§ What this task involves:
The expected answer is the complete listing, reproduced character for character.

§ Material provided:
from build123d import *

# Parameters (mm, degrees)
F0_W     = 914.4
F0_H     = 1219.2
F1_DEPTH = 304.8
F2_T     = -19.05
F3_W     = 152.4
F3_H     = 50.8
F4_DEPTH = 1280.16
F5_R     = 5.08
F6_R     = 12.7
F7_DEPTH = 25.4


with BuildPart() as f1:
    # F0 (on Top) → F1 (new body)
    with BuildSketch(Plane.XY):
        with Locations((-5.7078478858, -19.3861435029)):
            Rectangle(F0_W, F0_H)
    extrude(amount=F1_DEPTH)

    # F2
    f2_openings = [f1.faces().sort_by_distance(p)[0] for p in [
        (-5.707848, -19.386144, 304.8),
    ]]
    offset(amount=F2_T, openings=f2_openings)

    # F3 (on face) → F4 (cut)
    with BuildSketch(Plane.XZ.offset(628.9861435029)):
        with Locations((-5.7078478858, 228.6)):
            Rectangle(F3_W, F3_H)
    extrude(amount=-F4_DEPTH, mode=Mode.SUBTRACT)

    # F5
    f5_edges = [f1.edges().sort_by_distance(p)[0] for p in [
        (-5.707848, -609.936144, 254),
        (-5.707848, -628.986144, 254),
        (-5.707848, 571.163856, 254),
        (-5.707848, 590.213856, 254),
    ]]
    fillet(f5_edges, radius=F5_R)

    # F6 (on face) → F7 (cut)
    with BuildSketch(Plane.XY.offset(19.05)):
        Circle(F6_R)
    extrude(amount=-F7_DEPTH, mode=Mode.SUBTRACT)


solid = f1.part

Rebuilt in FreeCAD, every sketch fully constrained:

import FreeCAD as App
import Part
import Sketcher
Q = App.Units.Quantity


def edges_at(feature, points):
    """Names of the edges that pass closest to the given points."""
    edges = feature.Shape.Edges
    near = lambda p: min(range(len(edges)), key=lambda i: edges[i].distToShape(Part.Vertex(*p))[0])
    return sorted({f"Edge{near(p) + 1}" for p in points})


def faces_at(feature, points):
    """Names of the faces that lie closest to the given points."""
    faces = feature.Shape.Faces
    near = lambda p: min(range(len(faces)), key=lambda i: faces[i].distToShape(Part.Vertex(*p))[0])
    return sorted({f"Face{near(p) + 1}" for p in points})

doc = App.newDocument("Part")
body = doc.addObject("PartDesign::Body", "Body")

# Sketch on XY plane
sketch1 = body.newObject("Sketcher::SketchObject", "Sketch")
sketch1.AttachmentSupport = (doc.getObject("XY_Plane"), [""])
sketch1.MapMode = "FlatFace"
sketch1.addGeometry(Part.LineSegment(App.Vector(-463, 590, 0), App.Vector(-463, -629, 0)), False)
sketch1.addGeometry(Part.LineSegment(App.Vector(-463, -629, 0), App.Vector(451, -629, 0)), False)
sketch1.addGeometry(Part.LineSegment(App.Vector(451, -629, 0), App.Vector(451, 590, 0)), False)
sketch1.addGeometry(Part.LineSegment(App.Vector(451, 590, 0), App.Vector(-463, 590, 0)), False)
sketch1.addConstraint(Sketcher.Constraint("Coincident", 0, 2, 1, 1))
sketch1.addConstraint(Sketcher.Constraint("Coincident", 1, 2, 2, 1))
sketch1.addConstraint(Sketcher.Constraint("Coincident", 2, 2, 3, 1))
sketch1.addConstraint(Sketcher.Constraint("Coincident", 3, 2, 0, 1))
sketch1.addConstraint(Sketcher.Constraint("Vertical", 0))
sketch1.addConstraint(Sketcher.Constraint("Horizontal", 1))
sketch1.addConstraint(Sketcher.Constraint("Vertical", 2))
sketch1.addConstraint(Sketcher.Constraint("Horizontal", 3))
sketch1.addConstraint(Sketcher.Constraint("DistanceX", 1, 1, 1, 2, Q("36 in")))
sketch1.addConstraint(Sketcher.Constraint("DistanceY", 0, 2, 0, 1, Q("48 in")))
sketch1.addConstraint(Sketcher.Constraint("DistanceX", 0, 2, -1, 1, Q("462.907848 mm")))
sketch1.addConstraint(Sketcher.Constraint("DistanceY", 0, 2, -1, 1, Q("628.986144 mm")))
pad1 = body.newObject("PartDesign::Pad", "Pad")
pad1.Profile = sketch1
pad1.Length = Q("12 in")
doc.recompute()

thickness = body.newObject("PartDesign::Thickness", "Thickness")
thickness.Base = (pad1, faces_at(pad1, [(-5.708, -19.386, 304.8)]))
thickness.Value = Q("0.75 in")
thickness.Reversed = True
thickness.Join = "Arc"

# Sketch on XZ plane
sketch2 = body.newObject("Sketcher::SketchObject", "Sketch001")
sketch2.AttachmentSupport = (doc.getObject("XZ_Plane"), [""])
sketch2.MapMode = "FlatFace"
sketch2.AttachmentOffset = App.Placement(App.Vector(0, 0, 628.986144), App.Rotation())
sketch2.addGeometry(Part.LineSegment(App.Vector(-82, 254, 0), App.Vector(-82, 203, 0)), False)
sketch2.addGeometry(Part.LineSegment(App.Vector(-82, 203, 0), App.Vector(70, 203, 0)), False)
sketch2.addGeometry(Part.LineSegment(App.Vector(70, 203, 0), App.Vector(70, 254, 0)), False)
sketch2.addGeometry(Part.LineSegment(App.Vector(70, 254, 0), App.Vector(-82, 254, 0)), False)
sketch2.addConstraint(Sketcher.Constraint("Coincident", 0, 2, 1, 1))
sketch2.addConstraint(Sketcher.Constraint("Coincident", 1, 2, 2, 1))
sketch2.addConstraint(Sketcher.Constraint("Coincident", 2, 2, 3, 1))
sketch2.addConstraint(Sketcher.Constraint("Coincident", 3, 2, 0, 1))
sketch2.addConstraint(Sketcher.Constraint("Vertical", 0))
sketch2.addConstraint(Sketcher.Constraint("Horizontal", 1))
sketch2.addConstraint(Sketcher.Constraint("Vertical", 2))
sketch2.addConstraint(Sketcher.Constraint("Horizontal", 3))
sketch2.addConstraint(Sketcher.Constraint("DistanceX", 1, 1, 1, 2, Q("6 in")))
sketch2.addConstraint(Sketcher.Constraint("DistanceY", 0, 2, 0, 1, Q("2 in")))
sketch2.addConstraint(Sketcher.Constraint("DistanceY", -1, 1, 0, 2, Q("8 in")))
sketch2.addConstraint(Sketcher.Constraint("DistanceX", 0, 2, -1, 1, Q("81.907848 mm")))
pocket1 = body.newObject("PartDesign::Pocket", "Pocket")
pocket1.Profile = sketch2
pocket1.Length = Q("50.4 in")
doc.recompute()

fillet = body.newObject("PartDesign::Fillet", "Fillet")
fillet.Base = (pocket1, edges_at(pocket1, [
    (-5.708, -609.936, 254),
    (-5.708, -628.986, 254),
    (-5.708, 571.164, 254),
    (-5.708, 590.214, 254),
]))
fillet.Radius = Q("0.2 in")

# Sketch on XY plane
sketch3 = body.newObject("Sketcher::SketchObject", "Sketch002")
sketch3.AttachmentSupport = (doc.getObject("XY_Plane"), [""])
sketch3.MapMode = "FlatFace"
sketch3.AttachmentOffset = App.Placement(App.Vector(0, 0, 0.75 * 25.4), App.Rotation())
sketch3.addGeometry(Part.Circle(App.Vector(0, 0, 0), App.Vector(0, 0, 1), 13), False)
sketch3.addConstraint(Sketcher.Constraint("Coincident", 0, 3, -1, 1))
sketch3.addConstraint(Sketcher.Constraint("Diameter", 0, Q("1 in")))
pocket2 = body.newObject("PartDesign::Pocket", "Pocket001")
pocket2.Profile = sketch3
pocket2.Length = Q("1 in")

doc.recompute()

§ Written solution:
from build123d import *

# Parameters (mm, degrees)
F0_W     = 914.4
F0_H     = 1219.2
F1_DEPTH = 304.8
F2_T     = -19.05
F3_W     = 152.4
F3_H     = 50.8
F4_DEPTH = 1280.16
F5_R     = 5.08
F6_R     = 12.7
F7_DEPTH = 25.4


with BuildPart() as f1:
    # F0 (on Top) → F1 (new body)
    with BuildSketch(Plane.XY):
        with Locations((-5.7078478858, -19.3861435029)):
            Rectangle(F0_W, F0_H)
    extrude(amount=F1_DEPTH)

    # F2
    f2_openings = [f1.faces().sort_by_distance(p)[0] for p in [
        (-5.707848, -19.386144, 304.8),
    ]]
    offset(amount=F2_T, openings=f2_openings)

    # F3 (on face) → F4 (cut)
    with BuildSketch(Plane.XZ.offset(628.9861435029)):
        with Locations((-5.7078478858, 228.6)):
            Rectangle(F3_W, F3_H)
    extrude(amount=-F4_DEPTH, mode=Mode.SUBTRACT)

    # F5
    f5_edges = [f1.edges().sort_by_distance(p)[0] for p in [
        (-5.707848, -609.936144, 254),
        (-5.707848, -628.986144, 254),
        (-5.707848, 571.163856, 254),
        (-5.707848, 590.213856, 254),
    ]]
    fillet(f5_edges, radius=F5_R)

    # F6 (on face) → F7 (cut)
    with BuildSketch(Plane.XY.offset(19.05)):
        Circle(F6_R)
    extrude(amount=-F7_DEPTH, mode=Mode.SUBTRACT)


solid = f1.part

Rebuilt in FreeCAD, every sketch fully constrained:

import FreeCAD as App
import Part
import Sketcher
Q = App.Units.Quantity


def edges_at(feature, points):
    """Names of the edges that pass closest to the given points."""
    edges = feature.Shape.Edges
    near = lambda p: min(range(len(edges)), key=lambda i: edges[i].distToShape(Part.Vertex(*p))[0])
    return sorted({f"Edge{near(p) + 1}" for p in points})


def faces_at(feature, points):
    """Names of the faces that lie closest to the given points."""
    faces = feature.Shape.Faces
    near = lambda p: min(range(len(faces)), key=lambda i: faces[i].distToShape(Part.Vertex(*p))[0])
    return sorted({f"Face{near(p) + 1}" for p in points})

doc = App.newDocument("Part")
body = doc.addObject("PartDesign::Body", "Body")

# Sketch on XY plane
sketch1 = body.newObject("Sketcher::SketchObject", "Sketch")
sketch1.AttachmentSupport = (doc.getObject("XY_Plane"), [""])
sketch1.MapMode = "FlatFace"
sketch1.addGeometry(Part.LineSegment(App.Vector(-463, 590, 0), App.Vector(-463, -629, 0)), False)
sketch1.addGeometry(Part.LineSegment(App.Vector(-463, -629, 0), App.Vector(451, -629, 0)), False)
sketch1.addGeometry(Part.LineSegment(App.Vector(451, -629, 0), App.Vector(451, 590, 0)), False)
sketch1.addGeometry(Part.LineSegment(App.Vector(451, 590, 0), App.Vector(-463, 590, 0)), False)
sketch1.addConstraint(Sketcher.Constraint("Coincident", 0, 2, 1, 1))
sketch1.addConstraint(Sketcher.Constraint("Coincident", 1, 2, 2, 1))
sketch1.addConstraint(Sketcher.Constraint("Coincident", 2, 2, 3, 1))
sketch1.addConstraint(Sketcher.Constraint("Coincident", 3, 2, 0, 1))
sketch1.addConstraint(Sketcher.Constraint("Vertical", 0))
sketch1.addConstraint(Sketcher.Constraint("Horizontal", 1))
sketch1.addConstraint(Sketcher.Constraint("Vertical", 2))
sketch1.addConstraint(Sketcher.Constraint("Horizontal", 3))
sketch1.addConstraint(Sketcher.Constraint("DistanceX", 1, 1, 1, 2, Q("36 in")))
sketch1.addConstraint(Sketcher.Constraint("DistanceY", 0, 2, 0, 1, Q("48 in")))
sketch1.addConstraint(Sketcher.Constraint("DistanceX", 0, 2, -1, 1, Q("462.907848 mm")))
sketch1.addConstraint(Sketcher.Constraint("DistanceY", 0, 2, -1, 1, Q("628.986144 mm")))
pad1 = body.newObject("PartDesign::Pad", "Pad")
pad1.Profile = sketch1
pad1.Length = Q("12 in")
doc.recompute()

thickness = body.newObject("PartDesign::Thickness", "Thickness")
thickness.Base = (pad1, faces_at(pad1, [(-5.708, -19.386, 304.8)]))
thickness.Value = Q("0.75 in")
thickness.Reversed = True
thickness.Join = "Arc"

# Sketch on XZ plane
sketch2 = body.newObject("Sketcher::SketchObject", "Sketch001")
sketch2.AttachmentSupport = (doc.getObject("XZ_Plane"), [""])
sketch2.MapMode = "FlatFace"
sketch2.AttachmentOffset = App.Placement(App.Vector(0, 0, 628.986144), App.Rotation())
sketch2.addGeometry(Part.LineSegment(App.Vector(-82, 254, 0), App.Vector(-82, 203, 0)), False)
sketch2.addGeometry(Part.LineSegment(App.Vector(-82, 203, 0), App.Vector(70, 203, 0)), False)
sketch2.addGeometry(Part.LineSegment(App.Vector(70, 203, 0), App.Vector(70, 254, 0)), False)
sketch2.addGeometry(Part.LineSegment(App.Vector(70, 254, 0), App.Vector(-82, 254, 0)), False)
sketch2.addConstraint(Sketcher.Constraint("Coincident", 0, 2, 1, 1))
sketch2.addConstraint(Sketcher.Constraint("Coincident", 1, 2, 2, 1))
sketch2.addConstraint(Sketcher.Constraint("Coincident", 2, 2, 3, 1))
sketch2.addConstraint(Sketcher.Constraint("Coincident", 3, 2, 0, 1))
sketch2.addConstraint(Sketcher.Constraint("Vertical", 0))
sketch2.addConstraint(Sketcher.Constraint("Horizontal", 1))
sketch2.addConstraint(Sketcher.Constraint("Vertical", 2))
sketch2.addConstraint(Sketcher.Constraint("Horizontal", 3))
sketch2.addConstraint(Sketcher.Constraint("DistanceX", 1, 1, 1, 2, Q("6 in")))
sketch2.addConstraint(Sketcher.Constraint("DistanceY", 0, 2, 0, 1, Q("2 in")))
sketch2.addConstraint(Sketcher.Constraint("DistanceY", -1, 1, 0, 2, Q("8 in")))
sketch2.addConstraint(Sketcher.Constraint("DistanceX", 0, 2, -1, 1, Q("81.907848 mm")))
pocket1 = body.newObject("PartDesign::Pocket", "Pocket")
pocket1.Profile = sketch2
pocket1.Length = Q("50.4 in")
doc.recompute()

fillet = body.newObject("PartDesign::Fillet", "Fillet")
fillet.Base = (pocket1, edges_at(pocket1, [
    (-5.708, -609.936, 254),
    (-5.708, -628.986, 254),
    (-5.708, 571.164, 254),
    (-5.708, 590.214, 254),
]))
fillet.Radius = Q("0.2 in")

# Sketch on XY plane
sketch3 = body.newObject("Sketcher::SketchObject", "Sketch002")
sketch3.AttachmentSupport = (doc.getObject("XY_Plane"), [""])
sketch3.MapMode = "FlatFace"
sketch3.AttachmentOffset = App.Placement(App.Vector(0, 0, 0.75 * 25.4), App.Rotation())
sketch3.addGeometry(Part.Circle(App.Vector(0, 0, 0), App.Vector(0, 0, 1), 13), False)
sketch3.addConstraint(Sketcher.Constraint("Coincident", 0, 3, -1, 1))
sketch3.addConstraint(Sketcher.Constraint("Diameter", 0, Q("1 in")))
pocket2 = body.newObject("PartDesign::Pocket", "Pocket001")
pocket2.Profile = sketch3
pocket2.Length = Q("1 in")

doc.recompute()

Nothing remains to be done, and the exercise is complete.